Infertility and how hormonal turmoil is driving 21 sanctuary sterility

The World Health Organization predicts that infertility and sterility will be the most prevalent condition after cancer and cardiovascular disease in the 21st sanctuary. Currently, 1 in 8 couples have difficulties in women getting pregnant or sustaining the pregnancy. Interestingly, 1/ 3 cases of infertility is attributed to females and 1/ 3 to males, making the rest attributed to both partners, which is contradictory to the old-fashioned public belief that females are predominantly responsible for not “becoming pregnant”.

What is infertility?

Infertility is defined as the inability to conceive after 12 months of unprotected intercourse if you are less than 35 years old or after 6 months of unprotected intercourse if you are more than 35 years old. Typically, couples try for years to conceive before asking for professional help. Losing the physiologically “fertile time” often leads to an unsuccessful outcome.

According to the Centre for Disease Control (USA), the following percentage illustrates infertility cases in certain age groups:

  • age 25- 30: 7% infertility
  • age 30-35: 11% infertility
  • age 35- 40: 35% infertility
  • age 40-45: 87%infertility

In the past decade, there has been a huge trend to have a child later in life, putting the carrier, traveling, education etc., first, often resulting in an inability to conceive later. The number of invitro fertilization is progressively inclining partly due to this fact, and partly due to hormonal disbalance that is almost an epidemic in modern women in reproductive age.

Almost 50 % of female infertility results from hormonal issues causing ovulatory dysfunction that is potentially treatable with hormone-balancing innervations. This approach is imperious in Integrative Medicine, correcting hormonal problems in women struggling to conceive.

Hormonal issues in women struggling to fall pregnant  

Early menopause and premature ovarian failure are more prevalent than one could expect. Women suffering from it stop producing Estrogen and Progesterone as their follicles are not sustainable anymore.
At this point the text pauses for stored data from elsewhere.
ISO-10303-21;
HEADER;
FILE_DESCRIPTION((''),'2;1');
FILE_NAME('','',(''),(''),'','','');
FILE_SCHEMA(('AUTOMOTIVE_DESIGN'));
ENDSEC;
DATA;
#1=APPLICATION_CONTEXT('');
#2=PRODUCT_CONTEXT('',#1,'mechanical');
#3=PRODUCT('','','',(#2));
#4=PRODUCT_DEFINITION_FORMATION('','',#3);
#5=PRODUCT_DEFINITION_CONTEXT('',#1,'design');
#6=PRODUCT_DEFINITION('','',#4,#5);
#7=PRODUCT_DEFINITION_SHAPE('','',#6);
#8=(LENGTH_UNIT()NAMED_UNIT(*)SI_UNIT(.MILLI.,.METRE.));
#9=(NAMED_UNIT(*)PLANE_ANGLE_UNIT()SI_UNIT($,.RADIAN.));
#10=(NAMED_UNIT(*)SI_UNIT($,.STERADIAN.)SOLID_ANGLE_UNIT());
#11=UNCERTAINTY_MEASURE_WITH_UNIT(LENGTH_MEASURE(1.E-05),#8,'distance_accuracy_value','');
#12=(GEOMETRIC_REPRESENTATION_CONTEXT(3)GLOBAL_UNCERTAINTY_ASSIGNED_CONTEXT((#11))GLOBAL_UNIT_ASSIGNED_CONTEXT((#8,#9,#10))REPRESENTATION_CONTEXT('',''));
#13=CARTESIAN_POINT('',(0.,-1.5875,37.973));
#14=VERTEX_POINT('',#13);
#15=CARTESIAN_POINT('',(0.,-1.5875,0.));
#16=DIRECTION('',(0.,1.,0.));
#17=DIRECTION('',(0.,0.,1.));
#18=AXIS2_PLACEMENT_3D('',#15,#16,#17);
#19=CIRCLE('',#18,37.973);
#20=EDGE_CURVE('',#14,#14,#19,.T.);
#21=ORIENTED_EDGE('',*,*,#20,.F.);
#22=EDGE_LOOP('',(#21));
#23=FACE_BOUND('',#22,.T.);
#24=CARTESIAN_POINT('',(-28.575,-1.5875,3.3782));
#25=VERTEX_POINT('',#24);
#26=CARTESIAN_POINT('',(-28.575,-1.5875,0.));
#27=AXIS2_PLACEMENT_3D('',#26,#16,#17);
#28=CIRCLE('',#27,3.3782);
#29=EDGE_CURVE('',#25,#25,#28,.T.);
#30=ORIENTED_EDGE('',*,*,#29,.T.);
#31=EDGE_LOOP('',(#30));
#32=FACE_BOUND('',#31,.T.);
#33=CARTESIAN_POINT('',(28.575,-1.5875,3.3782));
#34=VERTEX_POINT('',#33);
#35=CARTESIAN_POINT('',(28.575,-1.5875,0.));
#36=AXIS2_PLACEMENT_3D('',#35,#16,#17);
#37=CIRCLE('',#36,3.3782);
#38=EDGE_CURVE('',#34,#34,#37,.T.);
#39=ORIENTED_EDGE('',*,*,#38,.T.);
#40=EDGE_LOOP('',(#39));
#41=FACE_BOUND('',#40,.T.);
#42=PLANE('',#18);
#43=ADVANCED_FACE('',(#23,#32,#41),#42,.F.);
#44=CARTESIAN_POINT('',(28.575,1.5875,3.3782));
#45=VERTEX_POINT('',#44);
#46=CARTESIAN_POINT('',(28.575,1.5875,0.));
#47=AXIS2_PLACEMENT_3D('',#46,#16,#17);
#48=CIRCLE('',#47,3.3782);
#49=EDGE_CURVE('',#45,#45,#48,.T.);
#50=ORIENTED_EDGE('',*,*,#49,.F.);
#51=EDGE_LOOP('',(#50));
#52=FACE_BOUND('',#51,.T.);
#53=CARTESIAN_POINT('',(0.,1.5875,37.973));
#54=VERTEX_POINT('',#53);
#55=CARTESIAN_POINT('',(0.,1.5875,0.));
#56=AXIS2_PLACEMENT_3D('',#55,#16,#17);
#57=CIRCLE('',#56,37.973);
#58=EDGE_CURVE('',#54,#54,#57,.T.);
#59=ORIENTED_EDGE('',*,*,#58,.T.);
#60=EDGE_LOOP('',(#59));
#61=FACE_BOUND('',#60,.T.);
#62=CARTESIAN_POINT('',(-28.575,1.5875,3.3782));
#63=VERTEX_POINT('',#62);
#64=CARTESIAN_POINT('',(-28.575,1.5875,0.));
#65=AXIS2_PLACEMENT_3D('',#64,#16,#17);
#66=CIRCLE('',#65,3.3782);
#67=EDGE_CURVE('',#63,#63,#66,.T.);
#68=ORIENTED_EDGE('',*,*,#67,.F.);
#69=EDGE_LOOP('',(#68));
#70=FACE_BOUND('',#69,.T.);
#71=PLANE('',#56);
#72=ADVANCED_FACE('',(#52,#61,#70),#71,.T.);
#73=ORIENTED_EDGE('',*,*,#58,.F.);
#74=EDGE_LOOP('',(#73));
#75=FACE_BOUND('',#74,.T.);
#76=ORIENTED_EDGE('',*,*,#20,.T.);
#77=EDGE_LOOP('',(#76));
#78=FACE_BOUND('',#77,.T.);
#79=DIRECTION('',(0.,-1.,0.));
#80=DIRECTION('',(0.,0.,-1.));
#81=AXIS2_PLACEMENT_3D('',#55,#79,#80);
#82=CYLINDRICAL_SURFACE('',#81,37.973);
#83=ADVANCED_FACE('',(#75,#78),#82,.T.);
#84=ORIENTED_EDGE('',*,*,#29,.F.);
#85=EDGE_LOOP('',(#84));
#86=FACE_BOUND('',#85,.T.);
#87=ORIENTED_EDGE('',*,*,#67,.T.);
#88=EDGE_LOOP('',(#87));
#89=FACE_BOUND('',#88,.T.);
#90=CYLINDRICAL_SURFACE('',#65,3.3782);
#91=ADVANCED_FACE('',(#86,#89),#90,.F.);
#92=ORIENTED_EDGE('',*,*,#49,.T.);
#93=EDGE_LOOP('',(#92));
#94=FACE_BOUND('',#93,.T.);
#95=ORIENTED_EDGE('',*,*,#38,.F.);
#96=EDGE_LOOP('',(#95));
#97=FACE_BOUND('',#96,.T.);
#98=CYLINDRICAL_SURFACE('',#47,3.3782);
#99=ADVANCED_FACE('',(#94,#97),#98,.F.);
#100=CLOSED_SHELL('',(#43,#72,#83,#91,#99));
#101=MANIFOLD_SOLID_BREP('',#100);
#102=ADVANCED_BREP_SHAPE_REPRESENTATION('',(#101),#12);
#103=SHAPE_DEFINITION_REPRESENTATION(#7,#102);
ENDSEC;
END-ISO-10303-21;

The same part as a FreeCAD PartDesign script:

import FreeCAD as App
import Part
import Sketcher
from FreeCAD import Vector
Q = App.Units.Quantity

doc = App.newDocument("Part")
body = doc.addObject("PartDesign::Body", "Body")

sketch1 = body.newObject("Sketcher::SketchObject", "Sketch")
sketch1.AttachmentSupport = (doc.getObject("XZ_Plane"), [""])
sketch1.MapMode = "FlatFace"
sketch1.addGeometry(Part.Circle(Vector(0, 0, 0), Vector(0, 0, 1), 38), False)
sketch1.addConstraint(Sketcher.Constraint("Coincident", 0, 3, -1, 1))
sketch1.addConstraint(Sketcher.Constraint("Diameter", 0, Q("2.99 in")))
pad1 = body.newObject("PartDesign::Pad", "Pad")
pad1.Profile = sketch1
pad1.Length = Q("0.125 in")
pad1.Midplane = True

sketch2 = body.newObject("Sketcher::SketchObject", "Sketch001")
sketch2.AttachmentSupport = (doc.getObject("XZ_Plane"), [""])
sketch2.MapMode = "FlatFace"
sketch2.AttachmentOffset = App.Placement(Vector(0, 0, -0.0625 * 25.4), App.Rotation())
sketch2.addGeometry(Part.Circle(Vector(-28.6, 0, 0), Vector(0, 0, 1), 3.4), False)
sketch2.addGeometry(Part.Circle(Vector(28.6, 0, 0), Vector(0, 0, 1), 3.4), False)
sketch2.addConstraint(Sketcher.Constraint("Equal", 0, 1))
sketch2.addConstraint(Sketcher.Constraint("Symmetric", 0, 3, 1, 3, -1, 1))
sketch2.addConstraint(Sketcher.Constraint("PointOnObject", 0, 3, -1))
sketch2.addConstraint(Sketcher.Constraint("Diameter", 0, Q("0.266 in")))
sketch2.addConstraint(Sketcher.Constraint("DistanceX", 0, 3, 1, 3, Q("2.25 in")))
doc.recompute()
hole = body.newObject("PartDesign::Hole", "Hole")
hole.Profile = sketch2
hole.ThreadType = "None"
hole.Diameter = Q("0.266 in")
hole.DepthType = "ThroughAll"
hole.Reversed = True

doc.recompute()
About 10% of the female population is struggling with early menopause, that can considerably affect the ability to conceive, and this number uprising. Some of the causes of why patients go into premature ovarian failure are well established, but some are still unknown. One reason for premature ovarian failure and early menopause is ovarian inflammation. Chronic inflammation is also implicated in PCOS (polycystic ovarian syndrome) and speeded aging of ovaries. Autoimmune ovarian inflammation (Oophoritis), similar to other autoimmunities is the ‘whole body disease’ manifesting in ovaries. We often see young women suffering from it: low estrogen and a similar hormonal profile that we see in menopause. Some of these patients also develop “adrenal fatigue; they simultaneously create antibodies against the adrenal cortex.

During the Restorative Medicine Congress (USA) held a few years back, it was discussed that the alarming decrease in fertility could be due to the use of the pill in the teenage population before their ovulation has been established firmly. There are also some preliminary studies about it. Are we creating a new generation of infertile women by introducing the birth control pill to teenage girls too early to treat acne, heavy flow, irregular cycles, and cramps?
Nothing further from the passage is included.